Glad to hear all went well DL ,, and congrats on the new GB ,, and also hope the condo works out ,, i'll trade u ,, u can have my house ,, and i'll hit the road full time ,, but one thing ,, i need some funding to do it ,, maybe u can throw that in also  :question:  :question:  :question:  :evil:  :evil:  :clown:  :clown: 
Good luck ,, and keep us posted on all the above  :approve:  :approve:


----------



## cwishert (Feb 27, 2009)

Re: Ohio in February

Congratulations on the new grandbaby.  See things happen for a reason.  Good luck on all your new endeavors.


----------



## *scooter* (Feb 27, 2009)

Re: Ohio in February

Also from us on the west side...Congradulations.  I can see he will get lots of love and attention from his G-Parents.


----------



## big bilko (Feb 27, 2009)

RE: Ohio in February

Congratulations on both the baby and the condo.I know you will enjoy both of them. Regards .Big Bilko.


----------



## DL Rupper (Feb 27, 2009)

Re: Ohio in February

Thanks to All


----------



## raskal (Mar 1, 2009)

Re: Ohio in February

Keep us posted on both the Baby and the Condo ... and don't forget to post pictures of each when the time comes!

Semper Fi


----------



## Domingo (Mar 1, 2009)

Re: Ohio in February

My wife and I love having  parents close to us.  They are a lot of help to us not necessary to help with care of the grand children, but the idea they they are close.  They retired and moved five minutes from our home.  This has helped them adjust to the new retired life.  They felt they had a mission in life.  the grand children helped them feel useful and helpful.  They also purchased a condo, so they can travel as much as they want, and they do.  They just lock up the condo and go.  At times they are gone for  months at a time. congratulations with the GB.


----------



## DL Rupper (Mar 2, 2009)

Re: Ohio in February

Thanks again to all.  We are having fun visiting the new GB.  We are still negotiating the Condo.  We hope it goes through this time.  

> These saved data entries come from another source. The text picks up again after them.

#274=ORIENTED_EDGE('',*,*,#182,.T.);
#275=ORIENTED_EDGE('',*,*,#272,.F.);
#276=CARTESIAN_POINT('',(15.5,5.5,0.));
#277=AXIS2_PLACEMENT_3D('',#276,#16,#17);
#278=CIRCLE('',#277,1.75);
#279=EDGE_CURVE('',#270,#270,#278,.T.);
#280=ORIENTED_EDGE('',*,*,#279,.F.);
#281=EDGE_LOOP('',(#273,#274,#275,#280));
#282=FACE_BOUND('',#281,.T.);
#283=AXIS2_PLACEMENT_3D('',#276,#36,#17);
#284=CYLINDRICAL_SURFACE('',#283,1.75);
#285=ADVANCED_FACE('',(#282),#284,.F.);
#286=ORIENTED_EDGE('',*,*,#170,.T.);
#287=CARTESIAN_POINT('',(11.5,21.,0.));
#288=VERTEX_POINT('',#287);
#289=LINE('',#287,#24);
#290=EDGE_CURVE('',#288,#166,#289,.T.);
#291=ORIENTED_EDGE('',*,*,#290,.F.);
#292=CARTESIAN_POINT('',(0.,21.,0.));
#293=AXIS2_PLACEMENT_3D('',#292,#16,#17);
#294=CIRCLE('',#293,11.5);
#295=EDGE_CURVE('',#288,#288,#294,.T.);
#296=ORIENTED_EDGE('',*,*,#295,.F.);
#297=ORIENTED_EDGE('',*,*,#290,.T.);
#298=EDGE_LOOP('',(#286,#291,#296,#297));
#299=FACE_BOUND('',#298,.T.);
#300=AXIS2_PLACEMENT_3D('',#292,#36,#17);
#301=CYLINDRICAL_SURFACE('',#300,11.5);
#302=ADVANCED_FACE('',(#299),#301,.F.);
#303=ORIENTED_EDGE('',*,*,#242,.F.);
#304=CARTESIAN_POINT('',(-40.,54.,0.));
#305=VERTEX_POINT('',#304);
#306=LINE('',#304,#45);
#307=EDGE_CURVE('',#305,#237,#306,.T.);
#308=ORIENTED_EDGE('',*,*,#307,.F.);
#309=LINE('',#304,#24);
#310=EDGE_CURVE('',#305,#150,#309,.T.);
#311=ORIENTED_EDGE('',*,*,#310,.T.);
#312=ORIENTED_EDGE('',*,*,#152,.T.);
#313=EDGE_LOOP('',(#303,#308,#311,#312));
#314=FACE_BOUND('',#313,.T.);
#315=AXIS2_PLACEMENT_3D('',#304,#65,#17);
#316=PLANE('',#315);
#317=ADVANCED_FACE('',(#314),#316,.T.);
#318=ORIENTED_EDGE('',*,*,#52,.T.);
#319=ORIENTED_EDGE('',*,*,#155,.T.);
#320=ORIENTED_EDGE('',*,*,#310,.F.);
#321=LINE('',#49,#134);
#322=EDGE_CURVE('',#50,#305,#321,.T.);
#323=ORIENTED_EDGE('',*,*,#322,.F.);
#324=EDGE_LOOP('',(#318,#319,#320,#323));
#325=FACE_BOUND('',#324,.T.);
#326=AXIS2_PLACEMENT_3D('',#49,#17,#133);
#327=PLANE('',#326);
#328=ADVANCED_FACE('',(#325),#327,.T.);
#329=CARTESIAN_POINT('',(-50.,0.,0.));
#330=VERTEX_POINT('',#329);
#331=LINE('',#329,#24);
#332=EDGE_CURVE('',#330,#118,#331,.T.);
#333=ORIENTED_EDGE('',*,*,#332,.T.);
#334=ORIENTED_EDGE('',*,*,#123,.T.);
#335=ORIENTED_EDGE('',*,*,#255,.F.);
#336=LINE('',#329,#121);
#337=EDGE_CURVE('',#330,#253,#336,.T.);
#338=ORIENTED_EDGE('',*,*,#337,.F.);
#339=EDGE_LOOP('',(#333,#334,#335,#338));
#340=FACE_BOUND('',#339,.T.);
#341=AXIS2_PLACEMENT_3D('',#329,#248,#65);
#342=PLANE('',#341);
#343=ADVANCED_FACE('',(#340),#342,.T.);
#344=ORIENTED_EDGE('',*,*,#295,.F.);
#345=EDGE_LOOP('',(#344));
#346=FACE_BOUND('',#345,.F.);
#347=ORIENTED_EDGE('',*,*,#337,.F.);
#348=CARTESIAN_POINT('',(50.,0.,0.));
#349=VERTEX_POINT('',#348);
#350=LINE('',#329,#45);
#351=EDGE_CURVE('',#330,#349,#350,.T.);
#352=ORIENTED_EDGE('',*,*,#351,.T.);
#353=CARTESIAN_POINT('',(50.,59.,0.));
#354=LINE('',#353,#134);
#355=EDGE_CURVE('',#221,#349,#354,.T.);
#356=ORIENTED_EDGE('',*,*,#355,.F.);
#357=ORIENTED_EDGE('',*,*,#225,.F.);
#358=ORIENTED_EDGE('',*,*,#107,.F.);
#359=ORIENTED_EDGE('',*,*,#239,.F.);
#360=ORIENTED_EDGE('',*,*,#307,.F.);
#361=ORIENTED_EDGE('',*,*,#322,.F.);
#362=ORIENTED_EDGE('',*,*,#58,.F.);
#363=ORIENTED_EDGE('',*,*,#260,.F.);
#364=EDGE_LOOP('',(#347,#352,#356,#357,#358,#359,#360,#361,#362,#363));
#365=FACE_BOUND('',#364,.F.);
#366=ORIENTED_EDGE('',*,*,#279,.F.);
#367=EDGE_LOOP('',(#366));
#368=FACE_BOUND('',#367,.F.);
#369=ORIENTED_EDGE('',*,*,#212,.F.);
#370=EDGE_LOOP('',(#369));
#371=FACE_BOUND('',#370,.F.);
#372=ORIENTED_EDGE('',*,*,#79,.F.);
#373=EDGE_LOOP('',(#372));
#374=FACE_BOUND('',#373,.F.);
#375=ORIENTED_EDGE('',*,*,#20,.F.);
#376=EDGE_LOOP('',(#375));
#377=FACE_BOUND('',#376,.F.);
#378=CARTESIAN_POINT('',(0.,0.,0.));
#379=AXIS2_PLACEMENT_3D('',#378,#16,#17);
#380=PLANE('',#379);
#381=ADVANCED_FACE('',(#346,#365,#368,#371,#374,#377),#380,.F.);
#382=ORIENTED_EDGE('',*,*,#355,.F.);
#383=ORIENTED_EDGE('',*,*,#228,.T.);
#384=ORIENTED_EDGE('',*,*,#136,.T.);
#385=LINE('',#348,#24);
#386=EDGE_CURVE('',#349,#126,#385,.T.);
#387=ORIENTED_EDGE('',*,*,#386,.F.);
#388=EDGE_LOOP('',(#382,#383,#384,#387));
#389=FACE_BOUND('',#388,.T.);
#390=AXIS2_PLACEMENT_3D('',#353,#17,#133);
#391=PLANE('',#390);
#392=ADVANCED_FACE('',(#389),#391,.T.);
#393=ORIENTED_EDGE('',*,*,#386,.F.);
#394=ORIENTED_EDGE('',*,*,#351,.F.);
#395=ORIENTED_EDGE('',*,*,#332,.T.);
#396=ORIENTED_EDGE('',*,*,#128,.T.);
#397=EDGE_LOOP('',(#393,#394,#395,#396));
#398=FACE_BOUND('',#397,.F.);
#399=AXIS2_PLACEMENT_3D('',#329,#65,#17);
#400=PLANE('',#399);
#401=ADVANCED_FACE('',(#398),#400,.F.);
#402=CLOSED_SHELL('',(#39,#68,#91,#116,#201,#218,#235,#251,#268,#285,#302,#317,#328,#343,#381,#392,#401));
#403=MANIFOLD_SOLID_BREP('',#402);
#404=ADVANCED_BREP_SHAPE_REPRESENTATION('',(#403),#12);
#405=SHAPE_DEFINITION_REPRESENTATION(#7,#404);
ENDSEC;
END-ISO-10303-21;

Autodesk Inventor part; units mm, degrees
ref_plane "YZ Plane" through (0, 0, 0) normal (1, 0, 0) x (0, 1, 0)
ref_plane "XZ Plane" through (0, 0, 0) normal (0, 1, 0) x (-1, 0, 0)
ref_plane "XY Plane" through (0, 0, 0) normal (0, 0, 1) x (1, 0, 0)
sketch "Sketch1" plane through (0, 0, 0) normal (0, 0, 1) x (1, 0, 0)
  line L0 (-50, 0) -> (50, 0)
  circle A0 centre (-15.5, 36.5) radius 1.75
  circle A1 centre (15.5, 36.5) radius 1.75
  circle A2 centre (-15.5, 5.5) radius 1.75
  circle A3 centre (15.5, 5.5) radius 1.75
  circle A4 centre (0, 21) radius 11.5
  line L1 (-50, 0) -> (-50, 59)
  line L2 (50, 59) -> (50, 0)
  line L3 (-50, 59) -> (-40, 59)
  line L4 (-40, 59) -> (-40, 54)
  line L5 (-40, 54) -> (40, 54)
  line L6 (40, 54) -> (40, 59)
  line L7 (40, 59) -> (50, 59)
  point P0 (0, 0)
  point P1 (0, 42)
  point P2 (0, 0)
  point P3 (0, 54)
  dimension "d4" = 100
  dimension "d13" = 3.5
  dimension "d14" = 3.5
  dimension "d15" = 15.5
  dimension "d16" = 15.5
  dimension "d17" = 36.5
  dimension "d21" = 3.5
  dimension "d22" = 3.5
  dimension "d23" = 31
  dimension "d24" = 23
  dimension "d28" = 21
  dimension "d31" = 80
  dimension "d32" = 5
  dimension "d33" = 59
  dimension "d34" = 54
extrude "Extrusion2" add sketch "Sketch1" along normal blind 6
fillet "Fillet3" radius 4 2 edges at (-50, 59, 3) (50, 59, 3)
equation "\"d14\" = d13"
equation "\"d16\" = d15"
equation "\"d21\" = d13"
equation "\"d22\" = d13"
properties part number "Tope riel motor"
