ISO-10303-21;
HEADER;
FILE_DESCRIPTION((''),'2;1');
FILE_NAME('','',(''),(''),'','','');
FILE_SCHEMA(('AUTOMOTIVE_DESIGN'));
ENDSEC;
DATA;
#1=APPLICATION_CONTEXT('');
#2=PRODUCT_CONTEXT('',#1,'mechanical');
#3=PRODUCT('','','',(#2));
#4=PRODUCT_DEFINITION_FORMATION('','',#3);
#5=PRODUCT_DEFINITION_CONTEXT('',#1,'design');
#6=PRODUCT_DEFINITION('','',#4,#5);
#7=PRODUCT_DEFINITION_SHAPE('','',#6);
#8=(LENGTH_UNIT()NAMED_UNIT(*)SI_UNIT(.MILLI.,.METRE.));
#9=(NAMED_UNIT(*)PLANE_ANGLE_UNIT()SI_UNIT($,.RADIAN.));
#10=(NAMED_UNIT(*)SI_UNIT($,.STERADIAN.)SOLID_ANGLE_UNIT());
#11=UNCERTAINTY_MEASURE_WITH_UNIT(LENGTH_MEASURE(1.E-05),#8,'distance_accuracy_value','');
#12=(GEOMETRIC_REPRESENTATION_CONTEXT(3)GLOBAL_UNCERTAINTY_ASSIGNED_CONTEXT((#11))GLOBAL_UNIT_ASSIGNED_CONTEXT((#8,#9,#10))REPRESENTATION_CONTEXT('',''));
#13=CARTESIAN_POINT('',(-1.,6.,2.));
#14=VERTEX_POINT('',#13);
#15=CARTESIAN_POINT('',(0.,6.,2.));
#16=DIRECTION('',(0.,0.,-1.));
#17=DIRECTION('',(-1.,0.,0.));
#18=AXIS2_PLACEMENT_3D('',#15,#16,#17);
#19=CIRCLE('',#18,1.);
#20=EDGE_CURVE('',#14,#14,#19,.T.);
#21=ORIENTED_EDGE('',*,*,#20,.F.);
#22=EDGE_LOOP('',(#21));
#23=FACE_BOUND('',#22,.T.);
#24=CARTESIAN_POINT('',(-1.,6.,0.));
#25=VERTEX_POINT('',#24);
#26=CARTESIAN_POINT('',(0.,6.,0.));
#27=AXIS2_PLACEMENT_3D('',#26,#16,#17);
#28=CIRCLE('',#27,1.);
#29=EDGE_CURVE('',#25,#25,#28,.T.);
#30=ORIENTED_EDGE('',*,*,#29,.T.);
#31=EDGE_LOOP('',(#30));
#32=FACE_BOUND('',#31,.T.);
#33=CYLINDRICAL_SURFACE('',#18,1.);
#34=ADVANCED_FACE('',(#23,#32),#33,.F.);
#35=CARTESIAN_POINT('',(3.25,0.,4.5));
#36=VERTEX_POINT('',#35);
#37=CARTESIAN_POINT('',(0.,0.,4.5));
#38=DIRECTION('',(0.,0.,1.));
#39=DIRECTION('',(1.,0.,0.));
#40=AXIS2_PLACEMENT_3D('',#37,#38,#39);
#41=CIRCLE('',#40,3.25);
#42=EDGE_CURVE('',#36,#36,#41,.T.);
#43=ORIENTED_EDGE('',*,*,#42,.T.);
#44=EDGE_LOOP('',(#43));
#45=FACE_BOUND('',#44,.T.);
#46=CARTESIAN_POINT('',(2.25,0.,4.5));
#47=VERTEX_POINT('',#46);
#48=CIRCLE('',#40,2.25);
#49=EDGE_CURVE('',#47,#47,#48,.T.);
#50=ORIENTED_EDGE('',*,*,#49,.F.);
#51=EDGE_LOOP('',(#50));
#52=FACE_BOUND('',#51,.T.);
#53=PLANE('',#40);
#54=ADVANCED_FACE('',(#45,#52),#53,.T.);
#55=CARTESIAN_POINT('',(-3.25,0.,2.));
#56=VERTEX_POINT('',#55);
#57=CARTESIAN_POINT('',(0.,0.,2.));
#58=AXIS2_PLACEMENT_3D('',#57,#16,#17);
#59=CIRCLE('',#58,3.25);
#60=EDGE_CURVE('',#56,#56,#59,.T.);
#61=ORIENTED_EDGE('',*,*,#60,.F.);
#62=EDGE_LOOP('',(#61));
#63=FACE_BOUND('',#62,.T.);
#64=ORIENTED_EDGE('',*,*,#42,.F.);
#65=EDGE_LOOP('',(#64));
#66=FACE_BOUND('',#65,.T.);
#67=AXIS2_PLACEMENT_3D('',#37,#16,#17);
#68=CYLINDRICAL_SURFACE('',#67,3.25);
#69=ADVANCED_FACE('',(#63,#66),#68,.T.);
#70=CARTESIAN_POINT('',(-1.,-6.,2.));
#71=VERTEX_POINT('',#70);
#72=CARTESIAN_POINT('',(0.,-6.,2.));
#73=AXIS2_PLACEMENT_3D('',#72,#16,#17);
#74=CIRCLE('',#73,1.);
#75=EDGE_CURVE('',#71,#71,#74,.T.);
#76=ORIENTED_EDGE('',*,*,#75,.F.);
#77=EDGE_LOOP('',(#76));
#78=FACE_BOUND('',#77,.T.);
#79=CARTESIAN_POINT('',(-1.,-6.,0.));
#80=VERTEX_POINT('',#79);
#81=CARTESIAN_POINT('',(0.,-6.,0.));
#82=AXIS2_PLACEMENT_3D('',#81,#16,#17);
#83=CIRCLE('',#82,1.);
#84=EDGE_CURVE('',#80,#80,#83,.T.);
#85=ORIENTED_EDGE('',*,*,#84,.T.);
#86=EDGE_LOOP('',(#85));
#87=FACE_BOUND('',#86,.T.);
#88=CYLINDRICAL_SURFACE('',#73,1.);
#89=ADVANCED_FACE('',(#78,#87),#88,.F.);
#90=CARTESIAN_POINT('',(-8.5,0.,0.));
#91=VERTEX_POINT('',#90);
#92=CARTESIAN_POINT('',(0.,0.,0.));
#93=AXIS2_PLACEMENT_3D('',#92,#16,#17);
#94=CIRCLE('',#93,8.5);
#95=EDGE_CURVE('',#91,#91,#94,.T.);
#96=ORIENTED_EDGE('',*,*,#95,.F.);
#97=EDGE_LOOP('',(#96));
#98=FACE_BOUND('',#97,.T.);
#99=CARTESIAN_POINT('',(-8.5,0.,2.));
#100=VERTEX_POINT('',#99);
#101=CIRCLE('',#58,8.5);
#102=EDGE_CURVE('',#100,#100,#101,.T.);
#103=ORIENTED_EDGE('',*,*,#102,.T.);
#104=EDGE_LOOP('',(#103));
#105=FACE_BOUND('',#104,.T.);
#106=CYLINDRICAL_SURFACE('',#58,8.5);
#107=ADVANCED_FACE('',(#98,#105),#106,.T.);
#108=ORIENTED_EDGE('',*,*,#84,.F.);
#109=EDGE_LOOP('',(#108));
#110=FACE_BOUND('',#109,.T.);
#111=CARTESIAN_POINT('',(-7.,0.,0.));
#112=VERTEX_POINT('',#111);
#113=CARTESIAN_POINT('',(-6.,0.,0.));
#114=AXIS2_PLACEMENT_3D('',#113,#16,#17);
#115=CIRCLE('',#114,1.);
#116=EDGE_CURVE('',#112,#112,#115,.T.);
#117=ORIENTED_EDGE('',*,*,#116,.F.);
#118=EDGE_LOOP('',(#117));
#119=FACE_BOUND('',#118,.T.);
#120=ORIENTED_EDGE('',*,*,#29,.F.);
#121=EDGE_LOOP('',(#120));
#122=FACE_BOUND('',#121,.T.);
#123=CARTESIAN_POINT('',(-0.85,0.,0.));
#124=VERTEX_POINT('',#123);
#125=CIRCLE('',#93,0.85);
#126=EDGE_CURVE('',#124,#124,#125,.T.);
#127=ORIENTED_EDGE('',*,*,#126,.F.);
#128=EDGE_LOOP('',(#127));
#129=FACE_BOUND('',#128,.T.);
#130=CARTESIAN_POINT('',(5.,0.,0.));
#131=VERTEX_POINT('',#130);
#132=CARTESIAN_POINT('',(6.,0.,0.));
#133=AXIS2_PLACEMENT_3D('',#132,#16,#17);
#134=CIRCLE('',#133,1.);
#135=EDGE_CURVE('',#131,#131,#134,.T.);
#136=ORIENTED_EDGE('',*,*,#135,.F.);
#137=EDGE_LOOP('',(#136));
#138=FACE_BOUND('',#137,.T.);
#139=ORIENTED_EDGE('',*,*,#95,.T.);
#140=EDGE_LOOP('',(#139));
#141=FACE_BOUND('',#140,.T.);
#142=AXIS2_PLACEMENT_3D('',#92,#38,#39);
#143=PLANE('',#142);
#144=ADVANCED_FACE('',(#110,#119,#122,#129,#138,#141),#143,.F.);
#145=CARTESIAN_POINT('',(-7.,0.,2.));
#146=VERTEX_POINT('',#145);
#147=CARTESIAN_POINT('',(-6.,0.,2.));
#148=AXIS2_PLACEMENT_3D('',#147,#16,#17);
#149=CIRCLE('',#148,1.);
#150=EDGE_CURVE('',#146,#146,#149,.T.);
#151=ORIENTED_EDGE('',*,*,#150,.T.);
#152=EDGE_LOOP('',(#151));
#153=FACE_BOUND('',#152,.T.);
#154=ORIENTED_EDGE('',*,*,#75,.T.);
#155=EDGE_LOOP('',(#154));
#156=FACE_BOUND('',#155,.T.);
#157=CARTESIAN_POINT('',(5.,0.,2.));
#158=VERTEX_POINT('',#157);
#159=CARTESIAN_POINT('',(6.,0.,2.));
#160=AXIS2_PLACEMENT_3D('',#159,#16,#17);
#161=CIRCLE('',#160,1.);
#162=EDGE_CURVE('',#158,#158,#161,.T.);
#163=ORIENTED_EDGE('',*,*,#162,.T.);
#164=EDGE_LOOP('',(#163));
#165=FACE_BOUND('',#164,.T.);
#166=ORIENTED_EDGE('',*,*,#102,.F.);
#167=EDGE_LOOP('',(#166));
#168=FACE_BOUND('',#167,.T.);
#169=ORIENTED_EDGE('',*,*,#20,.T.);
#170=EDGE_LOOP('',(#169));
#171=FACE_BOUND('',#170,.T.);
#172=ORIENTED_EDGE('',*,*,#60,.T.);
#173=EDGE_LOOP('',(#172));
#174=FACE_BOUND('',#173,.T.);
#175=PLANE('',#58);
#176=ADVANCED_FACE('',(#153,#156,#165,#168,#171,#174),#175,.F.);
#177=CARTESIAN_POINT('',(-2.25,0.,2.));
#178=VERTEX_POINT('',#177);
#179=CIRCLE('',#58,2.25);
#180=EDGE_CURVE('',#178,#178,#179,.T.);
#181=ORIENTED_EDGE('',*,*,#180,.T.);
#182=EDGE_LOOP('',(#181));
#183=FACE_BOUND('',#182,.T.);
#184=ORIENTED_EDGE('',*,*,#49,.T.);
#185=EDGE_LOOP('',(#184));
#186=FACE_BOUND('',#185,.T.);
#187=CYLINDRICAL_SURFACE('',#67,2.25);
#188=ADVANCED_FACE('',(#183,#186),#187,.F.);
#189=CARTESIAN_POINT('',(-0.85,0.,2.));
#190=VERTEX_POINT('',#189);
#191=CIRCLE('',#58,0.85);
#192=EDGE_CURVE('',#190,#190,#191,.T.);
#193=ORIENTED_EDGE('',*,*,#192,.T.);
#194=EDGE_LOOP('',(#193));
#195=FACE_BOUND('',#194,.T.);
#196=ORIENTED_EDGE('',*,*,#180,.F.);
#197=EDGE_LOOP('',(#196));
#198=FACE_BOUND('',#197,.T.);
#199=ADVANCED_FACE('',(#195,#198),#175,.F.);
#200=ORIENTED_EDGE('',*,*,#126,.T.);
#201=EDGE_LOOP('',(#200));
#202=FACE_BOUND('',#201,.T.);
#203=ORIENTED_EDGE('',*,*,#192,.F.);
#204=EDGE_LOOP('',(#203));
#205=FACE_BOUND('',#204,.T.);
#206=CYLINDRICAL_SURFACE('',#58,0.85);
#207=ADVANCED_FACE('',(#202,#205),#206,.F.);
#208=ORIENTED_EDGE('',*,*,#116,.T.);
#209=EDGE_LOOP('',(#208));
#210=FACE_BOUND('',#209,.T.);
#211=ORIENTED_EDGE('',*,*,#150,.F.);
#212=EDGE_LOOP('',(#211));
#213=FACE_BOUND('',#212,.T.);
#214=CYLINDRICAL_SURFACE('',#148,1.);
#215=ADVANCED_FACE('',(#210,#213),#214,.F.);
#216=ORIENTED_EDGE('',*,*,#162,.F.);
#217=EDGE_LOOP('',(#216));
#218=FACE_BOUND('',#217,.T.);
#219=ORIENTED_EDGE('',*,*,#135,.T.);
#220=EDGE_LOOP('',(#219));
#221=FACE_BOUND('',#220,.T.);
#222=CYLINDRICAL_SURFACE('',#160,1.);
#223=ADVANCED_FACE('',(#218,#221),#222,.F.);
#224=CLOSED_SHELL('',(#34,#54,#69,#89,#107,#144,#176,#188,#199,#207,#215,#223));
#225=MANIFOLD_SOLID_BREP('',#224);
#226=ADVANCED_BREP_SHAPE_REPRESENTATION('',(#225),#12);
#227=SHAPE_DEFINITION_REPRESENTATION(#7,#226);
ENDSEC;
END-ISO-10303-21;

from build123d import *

# Parameters (mm, degrees)
SKETCH1_R           = 3.25
SKETCH1_R_2         = 2.25
BOSS_EXTRUDE1_DEPTH = 4.5
SKETCH2_R           = 8.5
SKETCH2_R_2         = 0.85
SKETCH2_R_3         = 1
BOSS_EXTRUDE2_DEPTH = 2


with BuildPart() as part:
    # Sketch1 → Boss-Extrude1 (new body)
    with BuildSketch(Plane.XY):
        Circle(SKETCH1_R)
        Circle(SKETCH1_R_2, mode=Mode.SUBTRACT)
    extrude(amount=BOSS_EXTRUDE1_DEPTH)

    # Sketch2 → Boss-Extrude2 (add)
    with BuildSketch(Plane(origin=(0, 0, 0), x_dir=(-1, 0, 0), z_dir=(0, 0, -1))):
        Circle(SKETCH2_R)
        Circle(SKETCH2_R_2, mode=Mode.SUBTRACT)
        with Locations((-6, 0)):
            Circle(SKETCH2_R_3, mode=Mode.SUBTRACT)
        with Locations((0, 6)):
            Circle(SKETCH2_R_3, mode=Mode.SUBTRACT)
        with Locations((6, 0)):
            Circle(SKETCH2_R_3, mode=Mode.SUBTRACT)
        with Locations((0, -6)):
            Circle(SKETCH2_R_3, mode=Mode.SUBTRACT)
    extrude(amount=-BOSS_EXTRUDE2_DEPTH)


solid = part.part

It's going to be 7 degrees tonight and the RV furnace is going gang busters.  It never got above 23 degrees today.  Propane is costing a bundle $$$$$.  Fun times in the RV. :laugh:  :laugh:


----------



## H2H1 (Mar 2, 2009)

Re: Ohio in February

DL that the fun part of being full timers, u can move to a warmer area when you want. I know GB come first, but 7 degrees is to cold to be in a RV.I know propane is high  the last time I filled my 100lbs tank ( est. 22 gallons) for the house fire place it cost me $100. And I am out of propane again, no I am not going to fill it any more for this year. :approve: . I will wait until next DEC to fill it. :laugh:


----------



## DL Rupper (Mar 3, 2009)

Re: Ohio in February

$50 for 2 bottles (14 gal) in 7 days.  They charged $27 including tax for the last bottle. #@%&* :angry:


----------



## LowRyter (Mar 10, 2009)

Re: Ohio in February

Congrats DL

John Langston


----------



## utmtman (Mar 10, 2009)

Re: Ohio in February

Ouch DL on the propane cost.  I filled two bottle myself today cost me 22 for 9 gal.  Its been in the teen here at night and 40's during the day.  Cant wait for it to warm up.
Also a big congrats on the new grandkiddie.   They are cute as babies arent they???   lol too bad they have to grow up.


----------



## DL Rupper (Mar 11, 2009)

Re: Ohio in February

He is a cute little guy.   :approve:

Boy the furniture and stuff for the stick condo are sure expensive.  Seems like forever ago when we sold all to go full-timing. :laugh: It was worth it.  Wouldn't change the decision to full-time for anything.  Everyone should try it once or twice.  :laugh: Great fun and good times.


----------



## brodavid (Mar 12, 2009)

Re: Ohio in February

awww, nuff said

msjackie


----------



## NORTHENDBUCKEYE (Apr 6, 2009)

Re: Ohio in February

DL- Are you originally from OHIO?  I live in Galena, OH. which is just north of Cols. (25 miles).  Just took my RV to Ron Potts RV dealer in Johnstown, Oh. to get car hooked up to be towed.


----------



## utmtman (Apr 7, 2009)

Re: Ohio in February

I believe DL once told me he was from Utah but I could be wrong.  I believe he has kin up in Ohio or sumthin like that.


----------



## DL Rupper (Apr 9, 2009)

Re: Ohio in February

Hey NORTHENDBUCKEYE, I'm originally from UTAH.  Great State.  I moved to Ohio in 1979 to work at Wright-Patt AFB as a DOD civilian and moved away and back and then away to various AF Bases.  My kids stayed here and are GREAT BUCKEYE fans.  I'm just a so so fan.


----------



## DL Rupper (Jun 7, 2010)

Re: Ohio in February

How about sounds of silence.  Echos are just garbled NOISE.   :approve:


----------



## C Nash (Jun 8, 2010)

Re: Ohio in February

Now see what you done by diging up the past DL. :laugh:


----------



## DL Rupper (Jun 10, 2010)

Re: Ohio in February

Hey Chelse, ECHO has been deleted.  I didn't revive this post he,it,they did. :laugh:  :laugh:


----------



## C Nash (Jun 10, 2010)

Re: Ohio in February

:laugh:  :laugh:  :laugh:  :laugh:


----------



## Triple E (Jul 11, 2010)

Re: Ohio in February


----------